(Data entries)

--- START ---

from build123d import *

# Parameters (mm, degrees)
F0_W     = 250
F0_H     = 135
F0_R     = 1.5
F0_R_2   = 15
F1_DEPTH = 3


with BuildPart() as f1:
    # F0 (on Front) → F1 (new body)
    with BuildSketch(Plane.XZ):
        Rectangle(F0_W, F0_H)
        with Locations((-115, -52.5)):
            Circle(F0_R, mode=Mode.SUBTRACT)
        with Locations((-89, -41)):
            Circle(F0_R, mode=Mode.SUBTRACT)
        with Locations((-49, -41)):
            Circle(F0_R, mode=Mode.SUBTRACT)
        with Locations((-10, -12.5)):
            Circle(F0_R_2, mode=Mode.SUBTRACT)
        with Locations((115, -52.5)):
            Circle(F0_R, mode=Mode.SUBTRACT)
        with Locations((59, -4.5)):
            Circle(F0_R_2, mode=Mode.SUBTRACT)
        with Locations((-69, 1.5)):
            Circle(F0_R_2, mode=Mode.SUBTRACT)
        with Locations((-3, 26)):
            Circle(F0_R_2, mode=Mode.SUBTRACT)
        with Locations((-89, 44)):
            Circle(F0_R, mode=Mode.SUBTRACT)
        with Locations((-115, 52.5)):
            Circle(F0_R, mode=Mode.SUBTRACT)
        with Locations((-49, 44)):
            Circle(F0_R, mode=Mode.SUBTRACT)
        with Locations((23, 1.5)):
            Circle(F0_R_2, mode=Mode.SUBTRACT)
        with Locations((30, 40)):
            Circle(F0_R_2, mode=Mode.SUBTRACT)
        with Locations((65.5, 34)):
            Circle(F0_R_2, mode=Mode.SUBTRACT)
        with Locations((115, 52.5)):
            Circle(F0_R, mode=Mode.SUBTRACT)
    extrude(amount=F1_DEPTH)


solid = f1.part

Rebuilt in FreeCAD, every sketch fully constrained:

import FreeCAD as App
import Part
import Sketcher
Q = App.Units.Quantity

doc = App.newDocument("Part")
params = doc.addObject("Spreadsheet::Sheet", "Params")
for row, (alias, value) in enumerate([
    ("sketch1_diameter", "3 mm"),
    ("sketch1_diameter2", "30 mm"),
    ("sketch1_width", "250 mm"),
    ("sketch1_height", "135 mm"),
    ("pad1_length", "3 mm"),
], start=1):
    params.set(f"A{row}", alias)
    params.set(f"B{row}", "=" + value)
    params.setAlias(f"B{row}", alias)

body = doc.addObject("PartDesign::Body", "Body")

# Sketch on XZ plane
sketch1 = doc.addObject("Sketcher::SketchObject", "Sketch")
body.addObject(sketch1)
sketch1.AttachmentSupport = (doc.XZ_Plane, [""])
sketch1.MapMode = "FlatFace"
sketch1.addGeometry([
    Part.LineSegment(App.Vector(-125, 67.5, 0), App.Vector(-125, -67.5, 0)),  # 0
    Part.LineSegment(App.Vector(-125, -67.5, 0), App.Vector(125, -67.5, 0)),  # 1
    Part.LineSegment(App.Vector(125, -67.5, 0), App.Vector(125, 67.5, 0)),  # 2
    Part.LineSegment(App.Vector(125, 67.5, 0), App.Vector(-125, 67.5, 0)),  # 3
    Part.Circle(App.Vector(-115, -52.5, 0), App.Vector(0, 0, 1), 1.5),  # 4
    Part.Circle(App.Vector(-89, -41, 0), App.Vector(0, 0, 1), 1.5),  # 5
    Part.Circle(App.Vector(-49, -41, 0), App.Vector(0, 0, 1), 1.5),  # 6
    Part.Circle(App.Vector(-10, -12.5, 0), App.Vector(0, 0, 1), 15),  # 7
    Part.Circle(App.Vector(115, -52.5, 0), App.Vector(0, 0, 1), 1.5),  # 8
    Part.Circle(App.Vector(59, -4.5, 0), App.Vector(0, 0, 1), 15),  # 9
    Part.Circle(App.Vector(-69, 1.5, 0), App.Vector(0, 0, 1), 15),  # 10
    Part.Circle(App.Vector(-3, 26, 0), App.Vector(0, 0, 1), 15),  # 11
    Part.Circle(App.Vector(-89, 44, 0), App.Vector(0, 0, 1), 1.5),  # 12
    Part.Circle(App.Vector(-115, 52.5, 0), App.Vector(0, 0, 1), 1.5),  # 13
    Part.Circle(App.Vector(-49, 44, 0), App.Vector(0, 0, 1), 1.5),  # 14
    Part.Circle(App.Vector(23, 1.5, 0), App.Vector(0, 0, 1), 15),  # 15
    Part.Circle(App.Vector(30, 40, 0), App.Vector(0, 0, 1), 15),  # 16
    Part.Circle(App.Vector(65.5, 34, 0), App.Vector(0, 0, 1), 15),  # 17
    Part.Circle(App.Vector(115, 52.5, 0), App.Vector(0, 0, 1), 1.5),  # 18
], False)
sketch1.addConstraint([
    Sketcher.Constraint("Coincident", 0, 2, 1, 1),
    Sketcher.Constraint("Coincident", 1, 2, 2, 1),
    Sketcher.Constraint("Coincident", 2, 2, 3, 1),
    Sketcher.Constraint("Coincident", 3, 2, 0, 1),
    Sketcher.Constraint("Vertical", 0),
    Sketcher.Constraint("Horizontal", 1),
    Sketcher.Constraint("Vertical", 2),
    Sketcher.Constraint("Horizontal", 3),
    Sketcher.Constraint("Equal", 4, 5),
    Sketcher.Constraint("Equal", 5, 6),
    Sketcher.Constraint("Equal", 6, 8),
    Sketcher.Constraint("Equal", 7, 9),
    Sketcher.Constraint("Equal", 9, 10),
    Sketcher.Constraint("Equal", 10, 11),
    Sketcher.Constraint("Equal", 8, 12),
    Sketcher.Constraint("Equal", 12, 13),
    Sketcher.Constraint("Equal", 13, 14),
    Sketcher.Constraint("Equal", 11, 15),
    Sketcher.Constraint("Equal", 15, 16),
    Sketcher.Constraint("Equal", 16, 17),
    Sketcher.Constraint("Equal", 14, 18),
    Sketcher.Constraint("Symmetric", 8, 3, 13, 3, -1, 1),
    Sketcher.Constraint("Symmetric", 4, 3, 18, 3, -1, 1),
    Sketcher.Constraint("Symmetric", 0, 2, 2, 2, -1, 1),
    Sketcher.Constraint("Symmetric", 4, 3, 8, 3, -2),
    Sketcher.Constraint("Horizontal", 5, 3, 6, 3),
    Sketcher.Constraint("Horizontal", 12, 3, 14, 3),
    Sketcher.Constraint("Horizontal", 10, 3, 15, 3),
    Sketcher.Constraint("Vertical", 5, 3, 12, 3),
    Sketcher.Constraint("Vertical", 6, 3, 14, 3),
    Sketcher.Constraint("Diameter", 4, Q("3 mm")),
    Sketcher.Constraint("Diameter", 7, Q("30 mm")),
    Sketcher.Constraint("DistanceX", 1, 1, 1, 2, Q("250 mm")),
    Sketcher.Constraint("DistanceY", 0, 2, 0, 1, Q("135 mm")),
    Sketcher.Constraint("DistanceX", 4, 3, -1, 1, Q("115 mm")),
    Sketcher.Constraint("DistanceX", 5, 3, -1, 1, Q("89 mm")),
    Sketcher.Constraint("DistanceY", 5, 3, -1, 1, Q("41 mm")),
    Sketcher.Constraint("DistanceX", 6, 3, -1, 1, Q("49 mm")),
    Sketcher.Constraint("DistanceX", 7, 3, -1, 1, Q("10 mm")),
    Sketcher.Constraint("DistanceX", -1, 1, 9, 3, Q("59 mm")),
    Sketcher.Constraint("DistanceX", 10, 3, -1, 1, Q("69 mm")),
    Sketcher.Constraint("DistanceX", 11, 3, -1, 1, Q("3 mm")),
    Sketcher.Constraint("DistanceY", -1, 1, 11, 3, Q("26 mm")),
    Sketcher.Constraint("DistanceY", -1, 1, 12, 3, Q("44 mm")),
    Sketcher.Constraint("DistanceX", -1, 1, 15, 3, Q("23 mm")),
    Sketcher.Constraint("DistanceX", -1, 1, 16, 3, Q("30 mm")),
    Sketcher.Constraint("DistanceY", -1, 1, 16, 3, Q("40 mm")),
    Sketcher.Constraint("DistanceY", -1, 1, 17, 3, Q("34 mm")),
    Sketcher.Constraint("DistanceY", 4, 3, 7, 3, Q("40 mm")),
    Sketcher.Constraint("DistanceY", 7, 3, 9, 3, Q("8 mm")),
    Sketcher.Constraint("DistanceY", 7, 3, 10, 3, Q("14 mm")),
    Sketcher.Constraint("DistanceY", 10, 3, 13, 3, Q("51 mm")),
    Sketcher.Constraint("DistanceX", -1, 1, 17, 3, Q("65.5 mm")),
])
sketch1.setExpression("Constraints[30]", "Params.sketch1_diameter")
sketch1.setExpression("Constraints[31]", "Params.sketch1_diameter2")
sketch1.setExpression("Constraints[32]", "Params.sketch1_width")
sketch1.setExpression("Constraints[33]", "Params.sketch1_height")
pad1 = doc.addObject("PartDesign::Pad", "Pad")
body.addObject(pad1)
pad1.Profile = sketch1
pad1.setExpression("Length", "Params.pad1_length")

doc.recompute()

--- END ---

Each line from the top of the records above through the line containing "Rebuilt in FreeCAD, every" needs to be transcribed exactly, and no line after it.

Response to this task -
from build123d import *

# Parameters (mm, degrees)
F0_W     = 250
F0_H     = 135
F0_R     = 1.5
F0_R_2   = 15
F1_DEPTH = 3


with BuildPart() as f1:
    # F0 (on Front) → F1 (new body)
    with BuildSketch(Plane.XZ):
        Rectangle(F0_W, F0_H)
        with Locations((-115, -52.5)):
            Circle(F0_R, mode=Mode.SUBTRACT)
        with Locations((-89, -41)):
            Circle(F0_R, mode=Mode.SUBTRACT)
        with Locations((-49, -41)):
            Circle(F0_R, mode=Mode.SUBTRACT)
        with Locations((-10, -12.5)):
            Circle(F0_R_2, mode=Mode.SUBTRACT)
        with Locations((115, -52.5)):
            Circle(F0_R, mode=Mode.SUBTRACT)
        with Locations((59, -4.5)):
            Circle(F0_R_2, mode=Mode.SUBTRACT)
        with Locations((-69, 1.5)):
            Circle(F0_R_2, mode=Mode.SUBTRACT)
        with Locations((-3, 26)):
            Circle(F0_R_2, mode=Mode.SUBTRACT)
        with Locations((-89, 44)):
            Circle(F0_R, mode=Mode.SUBTRACT)
        with Locations((-115, 52.5)):
            Circle(F0_R, mode=Mode.SUBTRACT)
        with Locations((-49, 44)):
            Circle(F0_R, mode=Mode.SUBTRACT)
        with Locations((23, 1.5)):
            Circle(F0_R_2, mode=Mode.SUBTRACT)
        with Locations((30, 40)):
            Circle(F0_R_2, mode=Mode.SUBTRACT)
        with Locations((65.5, 34)):
            Circle(F0_R_2, mode=Mode.SUBTRACT)
        with Locations((115, 52.5)):
            Circle(F0_R, mode=Mode.SUBTRACT)
    extrude(amount=F1_DEPTH)


solid = f1.part

Rebuilt in FreeCAD, every sketch fully constrained:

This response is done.